Das mit dem Schleppen mit Fetzen ist mir jetzt klar. Aber welche "Blinker" benutzt ihr?? Typ,Form,Hersteller??? ;+


----------



## Der_Glücklose (24. Mai 2003)

.....


----------



## nikmark (24. Mai 2003)

Hallo,
ich benutze gerne grüne Kugeln, so 3-4 cm Durchmesser, als Hauptschnur ne 30er und 25er Vorfach. Haken Größe 6-8 (ob Drilling oder Einzelhaken ist Geschmackssache). Einzelhaken werden von den Brüdern tiefer geschluckt, kann also besser bei Aussteigern sein. Wirbel sind auch ganz gut, die können sich dann schlechter rausdrehen. Vorfachlänge sollte je nach Beschaffenheit zwischen 80 und 150 cm liegen. Mittlere Stationärrolle reicht völlig.

Gruß

Nikmark


:s #w :s


----------



## Matrix (24. Mai 2003)

Moin,

ich hab letztes Wo.ende mit verschiedenen silbernen länglichen und schlanken Blinkern geangelt (alle drei Eigenschaften zusammen) Gewicht bis maximal 18gr. Ruhig schnell geführt, Honies wollen jagen !!!  ;+  Ruhig schnell geführt ?? Klingt komisch, oder


----------



## Zwergpirat (25. Mai 2003)

Moin zusammen

Ich konnte gestern ein paar Hornis mit dem Blinker in meine Kühltruhe überführen. Farbe: Grün/Rot/Silber Gewicht:  18 gr. , längliche Form. Aber auch andere Kombinationen mit der Farbe Silber sind erfolgversprechend. Auf jeden Fall musste der Blinker extrem schnell geführt werden, denn sonst sind die Hornis nur nebenher geschwommen und haben ihn ab und zu angestupst.


Bis dann


----------



## Heringsfetzen (25. Mai 2003)

*Mal ne Frage nebenbei ?*

Hat hier jemand schon mal  Hornhechte mit Twistern oder Rapala- Wobblern gefangen ?
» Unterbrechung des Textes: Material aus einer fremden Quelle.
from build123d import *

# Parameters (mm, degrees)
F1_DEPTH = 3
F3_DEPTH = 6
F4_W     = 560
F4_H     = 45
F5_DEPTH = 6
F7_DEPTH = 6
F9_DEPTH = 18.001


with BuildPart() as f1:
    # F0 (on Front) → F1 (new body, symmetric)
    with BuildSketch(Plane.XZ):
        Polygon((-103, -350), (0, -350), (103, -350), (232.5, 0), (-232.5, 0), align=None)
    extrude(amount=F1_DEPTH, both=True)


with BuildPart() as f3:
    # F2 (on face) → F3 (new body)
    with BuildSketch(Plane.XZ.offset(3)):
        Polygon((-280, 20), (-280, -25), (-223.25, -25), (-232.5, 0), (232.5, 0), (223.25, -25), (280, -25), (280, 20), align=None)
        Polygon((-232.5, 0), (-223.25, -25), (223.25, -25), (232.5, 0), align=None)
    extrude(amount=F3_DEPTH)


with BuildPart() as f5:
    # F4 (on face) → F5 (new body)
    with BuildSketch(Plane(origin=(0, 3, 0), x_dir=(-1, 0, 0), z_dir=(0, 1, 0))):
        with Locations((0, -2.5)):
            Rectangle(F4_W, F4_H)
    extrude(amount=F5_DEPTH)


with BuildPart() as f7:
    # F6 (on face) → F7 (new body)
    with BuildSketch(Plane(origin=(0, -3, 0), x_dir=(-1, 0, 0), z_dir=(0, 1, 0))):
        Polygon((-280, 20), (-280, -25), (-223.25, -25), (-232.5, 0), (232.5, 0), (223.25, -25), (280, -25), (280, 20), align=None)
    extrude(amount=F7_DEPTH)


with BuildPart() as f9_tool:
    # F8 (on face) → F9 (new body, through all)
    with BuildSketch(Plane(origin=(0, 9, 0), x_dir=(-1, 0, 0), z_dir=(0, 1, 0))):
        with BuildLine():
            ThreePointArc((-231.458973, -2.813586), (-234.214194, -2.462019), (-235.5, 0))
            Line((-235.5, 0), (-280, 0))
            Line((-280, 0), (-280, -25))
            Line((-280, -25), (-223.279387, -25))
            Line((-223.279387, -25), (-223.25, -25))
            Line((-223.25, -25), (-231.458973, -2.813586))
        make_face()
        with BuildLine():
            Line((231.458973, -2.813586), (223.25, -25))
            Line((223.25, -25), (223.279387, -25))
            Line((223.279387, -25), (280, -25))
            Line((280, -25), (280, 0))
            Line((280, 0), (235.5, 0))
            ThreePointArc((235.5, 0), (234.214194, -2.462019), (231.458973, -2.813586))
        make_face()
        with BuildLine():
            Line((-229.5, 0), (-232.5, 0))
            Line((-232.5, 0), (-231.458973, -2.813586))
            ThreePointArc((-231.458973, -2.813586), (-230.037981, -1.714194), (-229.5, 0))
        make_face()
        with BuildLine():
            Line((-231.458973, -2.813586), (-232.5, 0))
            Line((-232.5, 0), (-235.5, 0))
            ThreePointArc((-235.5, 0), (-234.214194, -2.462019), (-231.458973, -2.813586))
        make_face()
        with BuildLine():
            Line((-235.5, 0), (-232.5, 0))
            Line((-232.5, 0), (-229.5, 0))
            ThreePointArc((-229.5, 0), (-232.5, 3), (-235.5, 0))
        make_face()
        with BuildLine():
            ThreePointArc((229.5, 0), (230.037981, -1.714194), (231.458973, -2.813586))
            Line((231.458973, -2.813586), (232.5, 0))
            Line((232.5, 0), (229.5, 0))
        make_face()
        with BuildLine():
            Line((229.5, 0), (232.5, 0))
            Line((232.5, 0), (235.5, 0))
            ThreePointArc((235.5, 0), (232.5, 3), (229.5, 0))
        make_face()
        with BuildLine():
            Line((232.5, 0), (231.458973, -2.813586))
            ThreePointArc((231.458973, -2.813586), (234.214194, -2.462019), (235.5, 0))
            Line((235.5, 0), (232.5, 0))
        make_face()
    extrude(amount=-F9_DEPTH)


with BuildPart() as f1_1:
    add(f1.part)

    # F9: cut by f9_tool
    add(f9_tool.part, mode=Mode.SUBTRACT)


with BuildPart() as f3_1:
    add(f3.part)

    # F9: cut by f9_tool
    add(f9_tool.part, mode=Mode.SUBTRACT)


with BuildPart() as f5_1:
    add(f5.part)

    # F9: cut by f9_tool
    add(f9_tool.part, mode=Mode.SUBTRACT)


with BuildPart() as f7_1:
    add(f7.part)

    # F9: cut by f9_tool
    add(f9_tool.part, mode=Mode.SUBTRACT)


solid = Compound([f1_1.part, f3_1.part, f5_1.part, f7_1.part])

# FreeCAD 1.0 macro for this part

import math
import FreeCAD as App
import Part
import Sketcher
from FreeCAD import Vector
Q = App.Units.Quantity

doc = App.newDocument("Part")
body = doc.addObject("PartDesign::Body", "Body")

sketch1 = body.newObject("Sketcher::SketchObject", "Sketch")
sketch1.AttachmentSupport = (doc.getObject("XZ_Plane"), [""])
sketch1.MapMode = "FlatFace"
sketch1.addGeometry([
    Part.LineSegment(Vector(-103, -350, 0), Vector(103, -350, 0)),
    Part.LineSegment(Vector(103, -350, 0), Vector(232.5, 0, 0)),
    Part.LineSegment(Vector(232.5, 0, 0), Vector(-232.5, 0, 0)),
    Part.LineSegment(Vector(-232.5, 0, 0), Vector(-103, -350, 0)),
], False)
sketch1.addConstraint([
    Sketcher.Constraint("Coincident", 0, 2, 1, 1),
    Sketcher.Constraint("Coincident", 1, 2, 2, 1),
    Sketcher.Constraint("Coincident", 2, 2, 3, 1),
    Sketcher.Constraint("Coincident", 3, 2, 0, 1),
    Sketcher.Constraint("Horizontal", 0),
    Sketcher.Constraint("Horizontal", 2),
    Sketcher.Constraint("Symmetric", 1, 2, 2, 2, -1, 1),
    Sketcher.Constraint("Equal", 1, 3),
    Sketcher.Constraint("DistanceX", 0, 1, 0, 2, Q("206 mm")),
    Sketcher.Constraint("DistanceX", 2, 2, 2, 1, Q("465 mm")),
    Sketcher.Constraint("DistanceY", 0, 2, -1, 1, Q("350 mm")),
])
pad1 = body.newObject("PartDesign::Pad", "Pad")
pad1.Profile = sketch1
pad1.Length = 6
pad1.Midplane = True
body2 = doc.addObject("PartDesign::Body", "Body001")

sketch2 = body2.newObject("Sketcher::SketchObject", "Sketch001")
sketch2.AttachmentSupport = (doc.getObject("XZ_Plane001"), [""])
sketch2.MapMode = "FlatFace"
sketch2.AttachmentOffset = App.Placement(Vector(0, 0, 3), App.Rotation())
sketch2.addGeometry([
    Part.LineSegment(Vector(-280, 20, 0), Vector(-280, -25, 0)),
    Part.LineSegment(Vector(-280, -25, 0), Vector(280, -25, 0)),
    Part.LineSegment(Vector(280, -25, 0), Vector(280, 20, 0)),
    Part.LineSegment(Vector(280, 20, 0), Vector(-280, 20, 0)),
], False)
sketch2.addConstraint([
    Sketcher.Constraint("Coincident", 0, 2, 1, 1),
    Sketcher.Constraint("Coincident", 1, 2, 2, 1),
    Sketcher.Constraint("Coincident", 2, 2, 3, 1),
    Sketcher.Constraint("Coincident", 3, 2, 0, 1),
    Sketcher.Constraint("Vertical", 0),
    Sketcher.Constraint("Horizontal", 1),
    Sketcher.Constraint("Vertical", 2),
    Sketcher.Constraint("Horizontal", 3),
    Sketcher.Constraint("DistanceX", 1, 1, 1, 2, Q("560 mm")),
    Sketcher.Constraint("DistanceY", 0, 2, 0, 1, Q("45 mm")),
    Sketcher.Constraint("DistanceX", 0, 2, -1, 1, Q("280 mm")),
    Sketcher.Constraint("DistanceY", 0, 2, -1, 1, Q("25 mm")),
])
pad2 = body2.newObject("PartDesign::Pad", "Pad001")
pad2.Profile = sketch2
pad2.Length = 6
body3 = doc.addObject("PartDesign::Body", "Body002")

sketch3 = body3.newObject("Sketcher::SketchObject", "Sketch002")
sketch3.AttachmentSupport = (doc.getObject("XZ_Plane002"), [""])
sketch3.MapMode = "FlatFace"
sketch3.AttachmentOffset = App.Placement(Vector(0, 0, -3), App.Rotation())
sketch3.addGeometry([
    Part.LineSegment(Vector(280, 20, 0), Vector(280, -25, 0)),
    Part.LineSegment(Vector(280, -25, 0), Vector(-280, -25, 0)),
    Part.LineSegment(Vector(-280, -25, 0), Vector(-280, 20, 0)),
    Part.LineSegment(Vector(-280, 20, 0), Vector(280, 20, 0)),
], False)
sketch3.addConstraint([
    Sketcher.Constraint("Coincident", 0, 2, 1, 1),
    Sketcher.Constraint("Coincident", 1, 2, 2, 1),
    Sketcher.Constraint("Coincident", 2, 2, 3, 1),
    Sketcher.Constraint("Coincident", 3, 2, 0, 1),
    Sketcher.Constraint("Vertical", 0),
    Sketcher.Constraint("Horizontal", 1),
    Sketcher.Constraint("Vertical", 2),
    Sketcher.Constraint("Horizontal", 3),
    Sketcher.Constraint("DistanceX", 1, 2, 1, 1, Q("560 mm")),
    Sketcher.Constraint("DistanceY", 0, 2, 0, 1, Q("45 mm")),
    Sketcher.Constraint("DistanceX", -1, 1, 0, 2, Q("280 mm")),
    Sketcher.Constraint("DistanceY", 0, 2, -1, 1, Q("25 mm")),
])
pad3 = body3.newObject("PartDesign::Pad", "Pad002")
pad3.Profile = sketch3
pad3.Length = 6
pad3.Reversed = True
body4 = doc.addObject("PartDesign::Body", "Body003")

sketch4 = body4.newObject("Sketcher::SketchObject", "Sketch003")
sketch4.AttachmentSupport = (doc.getObject("XZ_Plane003"), [""])
sketch4.MapMode = "FlatFace"
sketch4.AttachmentOffset = App.Placement(Vector(0, 0, 3), App.Rotation())
sketch4.addGeometry([
    Part.LineSegment(Vector(280, 20, 0), Vector(280, -25, 0)),
    Part.LineSegment(Vector(280, -25, 0), Vector(223.25, -25, 0)),
    Part.LineSegment(Vector(223.25, -25, 0), Vector(232.5, 0, 0)),
    Part.LineSegment(Vector(232.5, 0, 0), Vector(-232.5, 0, 0)),
    Part.LineSegment(Vector(-232.5, 0, 0), Vector(-223.25, -25, 0)),
    Part.LineSegment(Vector(-223.25, -25, 0), Vector(-280, -25, 0)),
    Part.LineSegment(Vector(-280, -25, 0), Vector(-280, 20, 0)),
    Part.LineSegment(Vector(-280, 20, 0), Vector(280, 20, 0)),
], False)
sketch4.addConstraint([
    Sketcher.Constraint("Coincident", 0, 2, 1, 1),
    Sketcher.Constraint("Coincident", 1, 2, 2, 1),
    Sketcher.Constraint("Coincident", 2, 2, 3, 1),
    Sketcher.Constraint("Coincident", 3, 2, 4, 1),
    Sketcher.Constraint("Coincident", 4, 2, 5, 1),
    Sketcher.Constraint("Coincident", 5, 2, 6, 1),
    Sketcher.Constraint("Coincident", 6, 2, 7, 1),
    Sketcher.Constraint("Coincident", 7, 2, 0, 1),
    Sketcher.Constraint("Vertical", 0),
    Sketcher.Constraint("Horizontal", 1),
    Sketcher.Constraint("Horizontal", 3),
    Sketcher.Constraint("Horizontal", 5),
    Sketcher.Constraint("Vertical", 6),
    Sketcher.Constraint("Horizontal", 7),
    Sketcher.Constraint("Symmetric", 2, 2, 3, 2, -1, 1),
    Sketcher.Constraint("Symmetric", 1, 2, 4, 2, -2),
    Sketcher.Constraint("Equal", 1, 5),
    Sketcher.Constraint("DistanceX", 3, 2, 3, 1, Q("465 mm")),
    Sketcher.Constraint("DistanceX", 7, 1, 7, 2, Q("560 mm")),
    Sketcher.Constraint("DistanceY", 0, 2, 0, 1, Q("45 mm")),
    Sketcher.Constraint("DistanceY", 0, 2, -1, 1, Q("25 mm")),
    Sketcher.Constraint("DistanceX", 1, 2, 1, 1, Q("56.75 mm")),
])
pad4 = body4.newObject("PartDesign::Pad", "Pad003")
pad4.Profile = sketch4
pad4.Length = 6
pad4.Reversed = True
body5 = doc.addObject("PartDesign::Body", "Body004")
body5.AllowCompound = True

sketch5 = body5.newObject("Sketcher::SketchObject", "Sketch004")
sketch5.AttachmentSupport = (doc.getObject("XZ_Plane004"), [""])
sketch5.MapMode = "FlatFace"
sketch5.AttachmentOffset = App.Placement(Vector(0, 0, -9), App.Rotation())
sketch5.addGeometry([
    Part.LineSegment(Vector(280, 0, 0), Vector(280, -25, 0)),
    Part.LineSegment(Vector(280, -25, 0), Vector(223.25, -25, 0)),
    Part.LineSegment(Vector(223.25, -25, 0), Vector(231.458973, -2.813586, 0)),
    Part.ArcOfCircle(Part.Circle(Vector(232.500003, 0.000001, 0), Vector(0, 0, 1), 3.000003), math.radians(-179.999977), math.radians(-110.304516)),
    Part.ArcOfCircle(Part.Circle(Vector(232.5, 0, 0), Vector(0, 0, 1), 3), math.radians(0), math.radians(180)),
    Part.LineSegment(Vector(235.5, 0, 0), Vector(280, 0, 0)),
    Part.LineSegment(Vector(-231.458973, -2.813586, 0), Vector(-223.25, -25, 0)),
    Part.LineSegment(Vector(-223.25, -25, 0), Vector(-280, -25, 0)),
    Part.LineSegment(Vector(-280, -25, 0), Vector(-280, 0, 0)),
    Part.LineSegment(Vector(-280, 0, 0), Vector(-235.5, 0, 0)),
    Part.ArcOfCircle(Part.Circle(Vector(-232.5, 0, 0), Vector(0, 0, 1), 3), math.radians(0), math.radians(180)),
    Part.ArcOfCircle(Part.Circle(Vector(-232.500003, 0.000001, 0), Vector(0, 0, 1), 3.000003), math.radians(-69.695484), math.radians(-0.000023)),
], False)
sketch5.addConstraint([
    Sketcher.Constraint("Coincident", 0, 2, 1, 1),
    Sketcher.Constraint("Coincident", 1, 2, 2, 1),
    Sketcher.Constraint("Coincident", 2, 2, 3, 2),
    Sketcher.Constraint("Tangent", 3, 1, 4, 2),
    Sketcher.Constraint("Coincident", 4, 1, 5, 1),
    Sketcher.Constraint("Coincident", 5, 2, 0, 1),
    Sketcher.Constraint("Coincident", 6, 2, 7, 1),
    Sketcher.Constraint("Coincident", 7, 2, 8, 1),
    Sketcher.Constraint("Coincident", 8, 2, 9, 1),
    Sketcher.Constraint("Coincident", 9, 2, 10, 2),
    Sketcher.Constraint("Tangent", 10, 1, 11, 2),
    Sketcher.Constraint("Coincident", 11, 1, 6, 1),
    Sketcher.Constraint("Vertical", 0),
    Sketcher.Constraint("Horizontal", 1),
    Sketcher.Constraint("Horizontal", 5),
    Sketcher.Constraint("Horizontal", 7),
    Sketcher.Constraint("Vertical", 8),
    Sketcher.Constraint("Horizontal", 9),
    Sketcher.Constraint("Equal", 4, 10),
    Sketcher.Constraint("Equal", 3, 11),
    Sketcher.Constraint("Symmetric", 3, 3, 10, 3, -1, 1),
    Sketcher.Constraint("Symmetric", 5, 2, 8, 2, -1, 1),
    Sketcher.Constraint("Symmetric", 3, 1, 10, 1, -1, 1),
    Sketcher.Constraint("Symmetric", 1, 2, 6, 2, -2),
    Sketcher.Constraint("Symmetric", 2, 2, 11, 1, -2),
    Sketcher.Constraint("PointOnObject", 3, 1, -1),
    Sketcher.Constraint("PointOnObject", 4, 1, -1),
    Sketcher.Constraint("Radius", 4, Q("3 mm")),
    Sketcher.Constraint("DistanceY", 0, 2, 0, 1, Q("25 mm")),
    Sketcher.Constraint("DistanceX", 5, 1, 5, 2, Q("44.5 mm")),
    Sketcher.Constraint("DistanceX", -1, 1, 0, 2, Q("280 mm")),
    Sketcher.Constraint("DistanceX", 1, 2, 1, 1, Q("56.75 mm")),
    Sketcher.Constraint("DistanceX", 2, 2, 3, 3, Q("1.04103 mm")),
])
pad5 = body5.newObject("PartDesign::Pad", "Pad004")
pad5.Profile = sketch5
pad5.Length = 18.001
doc.recompute()

body6 = doc.addObject("PartDesign::Body", "Body005")
body6.BaseFeature = body5
boolean = body.newObject("PartDesign::Boolean", "Boolean")
boolean.Type = "Cut"
boolean.addObjects([body6])
doc.recompute()

body7 = doc.addObject("PartDesign::Body", "Body006")
body7.BaseFeature = body5
boolean2 = body2.newObject("PartDesign::Boolean", "Boolean001")
boolean2.Type = "Cut"
boolean2.addObjects([body7])
doc.recompute()

body8 = doc.addObject("PartDesign::Body", "Body007")
body8.BaseFeature = body5
boolean3 = body3.newObject("PartDesign::Boolean", "Boolean002")
boolean3.Type = "Cut"
boolean3.addObjects([body8])
doc.recompute()

boolean4 = body4.newObject("PartDesign::Boolean", "Boolean003")
boolean4.Type = "Cut"
boolean4.addObjects([body5])

doc.recompute()
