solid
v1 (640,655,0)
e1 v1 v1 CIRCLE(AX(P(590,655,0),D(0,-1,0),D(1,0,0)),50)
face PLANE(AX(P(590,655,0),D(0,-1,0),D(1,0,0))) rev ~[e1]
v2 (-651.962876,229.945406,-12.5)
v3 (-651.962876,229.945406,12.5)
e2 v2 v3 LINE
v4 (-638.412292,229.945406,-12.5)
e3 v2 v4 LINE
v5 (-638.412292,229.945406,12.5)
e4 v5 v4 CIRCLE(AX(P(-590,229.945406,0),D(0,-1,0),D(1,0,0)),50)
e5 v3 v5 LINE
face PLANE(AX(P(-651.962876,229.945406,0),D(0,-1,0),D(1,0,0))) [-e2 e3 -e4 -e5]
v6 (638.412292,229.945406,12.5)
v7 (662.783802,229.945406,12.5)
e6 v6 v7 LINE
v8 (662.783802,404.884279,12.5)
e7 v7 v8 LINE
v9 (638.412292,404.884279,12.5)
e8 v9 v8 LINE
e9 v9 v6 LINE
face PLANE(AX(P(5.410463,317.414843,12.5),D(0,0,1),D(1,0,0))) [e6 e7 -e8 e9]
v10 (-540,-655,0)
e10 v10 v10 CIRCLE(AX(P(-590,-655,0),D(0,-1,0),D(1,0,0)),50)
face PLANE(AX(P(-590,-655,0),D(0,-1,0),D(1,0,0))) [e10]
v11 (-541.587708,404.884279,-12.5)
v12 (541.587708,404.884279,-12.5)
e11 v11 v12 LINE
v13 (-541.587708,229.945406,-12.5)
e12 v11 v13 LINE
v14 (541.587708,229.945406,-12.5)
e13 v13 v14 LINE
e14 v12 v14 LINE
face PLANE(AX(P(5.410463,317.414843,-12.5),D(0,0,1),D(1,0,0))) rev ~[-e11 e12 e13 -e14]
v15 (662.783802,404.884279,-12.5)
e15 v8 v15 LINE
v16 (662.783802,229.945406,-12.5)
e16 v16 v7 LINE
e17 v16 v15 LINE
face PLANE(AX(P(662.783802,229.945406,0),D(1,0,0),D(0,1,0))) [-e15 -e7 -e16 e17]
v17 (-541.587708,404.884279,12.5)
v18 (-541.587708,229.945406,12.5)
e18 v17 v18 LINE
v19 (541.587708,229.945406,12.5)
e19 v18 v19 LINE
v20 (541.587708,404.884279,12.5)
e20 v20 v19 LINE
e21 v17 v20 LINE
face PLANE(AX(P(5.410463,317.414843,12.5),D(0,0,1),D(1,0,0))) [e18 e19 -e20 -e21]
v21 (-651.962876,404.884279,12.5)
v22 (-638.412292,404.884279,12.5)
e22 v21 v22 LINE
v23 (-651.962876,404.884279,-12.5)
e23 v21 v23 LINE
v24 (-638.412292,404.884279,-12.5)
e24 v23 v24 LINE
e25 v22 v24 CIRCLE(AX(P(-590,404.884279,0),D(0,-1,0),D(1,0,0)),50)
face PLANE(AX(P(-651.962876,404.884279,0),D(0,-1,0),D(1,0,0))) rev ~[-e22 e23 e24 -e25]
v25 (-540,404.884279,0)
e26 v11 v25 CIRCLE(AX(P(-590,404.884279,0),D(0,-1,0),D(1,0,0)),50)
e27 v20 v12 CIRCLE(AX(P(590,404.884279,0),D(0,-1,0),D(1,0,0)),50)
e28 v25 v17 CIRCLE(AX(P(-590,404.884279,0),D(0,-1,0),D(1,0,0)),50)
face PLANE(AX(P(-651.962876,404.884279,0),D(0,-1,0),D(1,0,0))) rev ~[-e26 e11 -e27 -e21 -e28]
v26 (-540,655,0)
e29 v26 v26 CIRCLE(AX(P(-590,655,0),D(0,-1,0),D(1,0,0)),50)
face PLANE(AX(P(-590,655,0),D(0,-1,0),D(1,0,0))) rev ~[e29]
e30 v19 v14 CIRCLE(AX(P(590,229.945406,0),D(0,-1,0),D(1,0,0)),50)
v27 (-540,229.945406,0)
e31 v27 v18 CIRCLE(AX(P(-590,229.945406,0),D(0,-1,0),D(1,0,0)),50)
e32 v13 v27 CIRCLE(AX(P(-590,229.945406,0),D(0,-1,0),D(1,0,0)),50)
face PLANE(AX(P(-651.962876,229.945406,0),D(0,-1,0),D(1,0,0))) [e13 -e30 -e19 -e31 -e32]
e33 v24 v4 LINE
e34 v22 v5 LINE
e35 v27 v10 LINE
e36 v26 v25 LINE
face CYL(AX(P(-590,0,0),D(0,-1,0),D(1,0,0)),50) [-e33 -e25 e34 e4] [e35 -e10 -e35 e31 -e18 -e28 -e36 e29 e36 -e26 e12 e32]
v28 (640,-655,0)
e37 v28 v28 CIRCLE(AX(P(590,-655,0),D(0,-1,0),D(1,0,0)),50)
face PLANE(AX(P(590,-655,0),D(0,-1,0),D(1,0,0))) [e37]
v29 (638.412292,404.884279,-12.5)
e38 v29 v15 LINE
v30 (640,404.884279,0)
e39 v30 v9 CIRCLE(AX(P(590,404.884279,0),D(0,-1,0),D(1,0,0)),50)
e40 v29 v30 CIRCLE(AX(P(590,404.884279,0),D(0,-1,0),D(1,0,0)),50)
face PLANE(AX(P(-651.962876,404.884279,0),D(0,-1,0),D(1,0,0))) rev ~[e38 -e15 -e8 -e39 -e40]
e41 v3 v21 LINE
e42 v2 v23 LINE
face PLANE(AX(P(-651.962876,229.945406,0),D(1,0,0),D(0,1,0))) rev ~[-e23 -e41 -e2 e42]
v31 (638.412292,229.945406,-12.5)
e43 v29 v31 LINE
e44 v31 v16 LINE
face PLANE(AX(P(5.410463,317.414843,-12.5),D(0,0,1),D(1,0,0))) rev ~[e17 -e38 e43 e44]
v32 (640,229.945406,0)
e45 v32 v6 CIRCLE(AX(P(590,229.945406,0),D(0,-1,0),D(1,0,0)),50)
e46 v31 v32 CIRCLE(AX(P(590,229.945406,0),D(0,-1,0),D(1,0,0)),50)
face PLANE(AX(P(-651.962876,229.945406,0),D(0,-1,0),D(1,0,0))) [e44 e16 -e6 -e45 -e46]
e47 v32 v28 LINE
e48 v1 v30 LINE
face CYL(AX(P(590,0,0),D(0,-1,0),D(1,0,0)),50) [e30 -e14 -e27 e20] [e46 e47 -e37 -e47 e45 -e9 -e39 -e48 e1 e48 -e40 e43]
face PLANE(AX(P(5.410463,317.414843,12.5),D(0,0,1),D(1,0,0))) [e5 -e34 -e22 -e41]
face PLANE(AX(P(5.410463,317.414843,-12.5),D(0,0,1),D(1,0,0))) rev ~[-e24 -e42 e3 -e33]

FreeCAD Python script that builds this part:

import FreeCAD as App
import Part
import Sketcher

doc = App.newDocument("Part")
params = doc.addObject("Spreadsheet::Sheet", "Params")
for row, (alias, value) in enumerate([
    ("sketch1_diameter", "100 mm"),
    ("pad1_length", "1310 mm"),
    ("sketch2_diameter", "100 mm"),
    ("pad2_length", "1310 mm"),
    ("pad3_length", "25 mm"),
], start=1):
    params.set(f"A{row}", alias)
    params.set(f"B{row}", "=" + value)
    params.setAlias(f"B{row}", alias)

body = doc.addObject("PartDesign::Body", "Body")

# Sketch on XZ plane
sketch1 = body.newObject("Sketcher::SketchObject", "Sketch")
sketch1.AttachmentSupport = (doc.getObject("XZ_Plane"), [""])
sketch1.MapMode = "FlatFace"
sketch1.addGeometry(Part.Circle(App.Vector(590, 0, 0), App.Vector(0, 0, 1), 50), False)
sketch1.addConstraint([
    Sketcher.Constraint("PointOnObject", 0, 3, -1),
    Sketcher.Constraint("Diameter", 0, 100.0),
    Sketcher.Constraint("DistanceX", -1, 1, 0, 3, 590.0),
])
sketch1.setExpression("Constraints[1]", "Params.sketch1_diameter")
pad1 = body.newObject("PartDesign::Pad", "Pad")
pad1.Profile = sketch1
pad1.setExpression("Length", "Params.pad1_length")
pad1.Midplane = True
body2 = doc.addObject("PartDesign::Body", "Body001")

# Sketch on XZ plane
sketch2 = body2.newObject("Sketcher::SketchObject", "Sketch001")
sketch2.AttachmentSupport = (doc.getObject("XZ_Plane001"), [""])
sketch2.MapMode = "FlatFace"
sketch2.addGeometry(Part.Circle(App.Vector(-590, 0, 0), App.Vector(0, 0, 1), 50), False)
sketch2.addConstraint([
    Sketcher.Constraint("PointOnObject", 0, 3, -1),
    Sketcher.Constraint("Diameter", 0, 100.0),
    Sketcher.Constraint("DistanceX", 0, 3, -1, 1, 590.0),
])
sketch2.setExpression("Constraints[1]", "Params.sketch2_diameter")
pad2 = body2.newObject("PartDesign::Pad", "Pad001")
pad2.Profile = sketch2
pad2.setExpression("Length", "Params.pad2_length")
pad2.Midplane = True
body.AllowCompound = True
doc.recompute()

boolean = body.newObject("PartDesign::Boolean", "Boolean")
boolean.Type = "Fuse"
boolean.addObjects([body2])

# Sketch on XY plane
sketch3 = body.newObject("Sketcher::SketchObject", "Sketch002")
sketch3.AttachmentSupport = (doc.getObject("XY_Plane"), [""])
sketch3.MapMode = "FlatFace"
sketch3.addGeometry([
    Part.LineSegment(App.Vector(-652, 405, 0), App.Vector(-652, 230, 0)),
    Part.LineSegment(App.Vector(-652, 230, 0), App.Vector(663, 230, 0)),
    Part.LineSegment(App.Vector(663, 230, 0), App.Vector(663, 405, 0)),
    Part.LineSegment(App.Vector(663, 405, 0), App.Vector(-652, 405, 0)),
], False)
sketch3.addConstraint([
    Sketcher.Constraint("Coincident", 0, 2, 1, 1),
    Sketcher.Constraint("Coincident", 1, 2, 2, 1),
    Sketcher.Constraint("Coincident", 2, 2, 3, 1),
    Sketcher.Constraint("Coincident", 3, 2, 0, 1),
    Sketcher.Constraint("Vertical", 0),
    Sketcher.Constraint("Horizontal", 1),
    Sketcher.Constraint("Vertical", 2),
    Sketcher.Constraint("Horizontal", 3),
    Sketcher.Constraint("DistanceX", -1, 1, 1, 2, 662.783802),
    Sketcher.Constraint("DistanceX", 1, 1, 1, 2, 1314.746678),
    Sketcher.Constraint("DistanceY", 0, 2, 0, 1, 174.938872),
    Sketcher.Constraint("DistanceY", -1, 1, 2, 2, 404.884279),
])
pad3 = body.newObject("PartDesign::Pad", "Pad002")
pad3.Profile = sketch3
pad3.setExpression("Length", "Params.pad3_length")
pad3.Midplane = True

doc.recompute()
müsste doch auch funzen oder ?


----------



## Franky (25. Mai 2003)

Hallo Heringsfetzen,

ja - das klappt, zumindest mit den Rapalas. Vorletztes Jahr sind mehrere Male ein paar Hornies beim einfachen Hinterherschleppen  ohne Downrigger vom Boot aus auf meinen Firetiger gekracht. Herausbekommen habe ich die Burschen leider nicht - nur gewundert, dass mein Köder plötzlich neben dem Boot, statt hinter dem Boot war... :q


----------



## muddyliz (26. Mai 2003)

*Tobis sind besser als Heringsfetzen*

Falls du in Dänemark angelst, hol' dir Tobis (Sandaale). Die gibt es dort an fast jeder Straße. Montage: kleine Wasserkugel oder Pose, direkt unter der Wasserkugel ein Wirbel, 1-1,5 m Vorfach, im unteren Drittel des Vorfachs 3-5 Gramm Schrotbleie, 5 cm langes Tobi-Stück quer auf den Haken. Wichtig: das Tobistück muss waagerecht im Wasser liegen und darf nicht runterhängen, dann hast du deutlich mehr Erfolg. Das lange Vorfach deshalb, weil dir die Hornhechte beim Drill das Vorfach total verdrillen, das kannst du dann wegwerfen und ein neues Vorfach in den alten Haken und in den Wirbel einschlaufen. Fischen: Langsam mit Pausen einholen. Die Tipps hab' ich von einem alten Dänen.
Also Hornhechte sind nicht mein Geschmack, die haben mir zu viele Gräten und Schuppen, aber sie liefern einen guten Drill.
Gruß muddyliz


----------



## Ossifischer (26. Mai 2003)

@Muddyliz, wie meinst du das ,Tobis gibt an jeder Straße?Zum kaufen? Das wäre ja genial.


----------



## Heringsfetzen (26. Mai 2003)

@ Franky      also auf den firetiger hattest du Bisse 

Wie gross war denn der Rapala ?  
Ich hatte eigentlich daran gedacht ihn z.B. an einer Wasserkugel zu montieren  und den Drilling zu entfernen [ersetzen mit einem Vorfach + Einzelhacken]
Dann diese Montage beim Watangeln über Krautfelder zu schleppen.
Da der Silberpfeil ja ein Oberflächenräuber ist,währe meine Wahl zunächst der Rapala F   5-11 cm gewesen. Farbe : silber oder silberblau.....silbergrün...etc.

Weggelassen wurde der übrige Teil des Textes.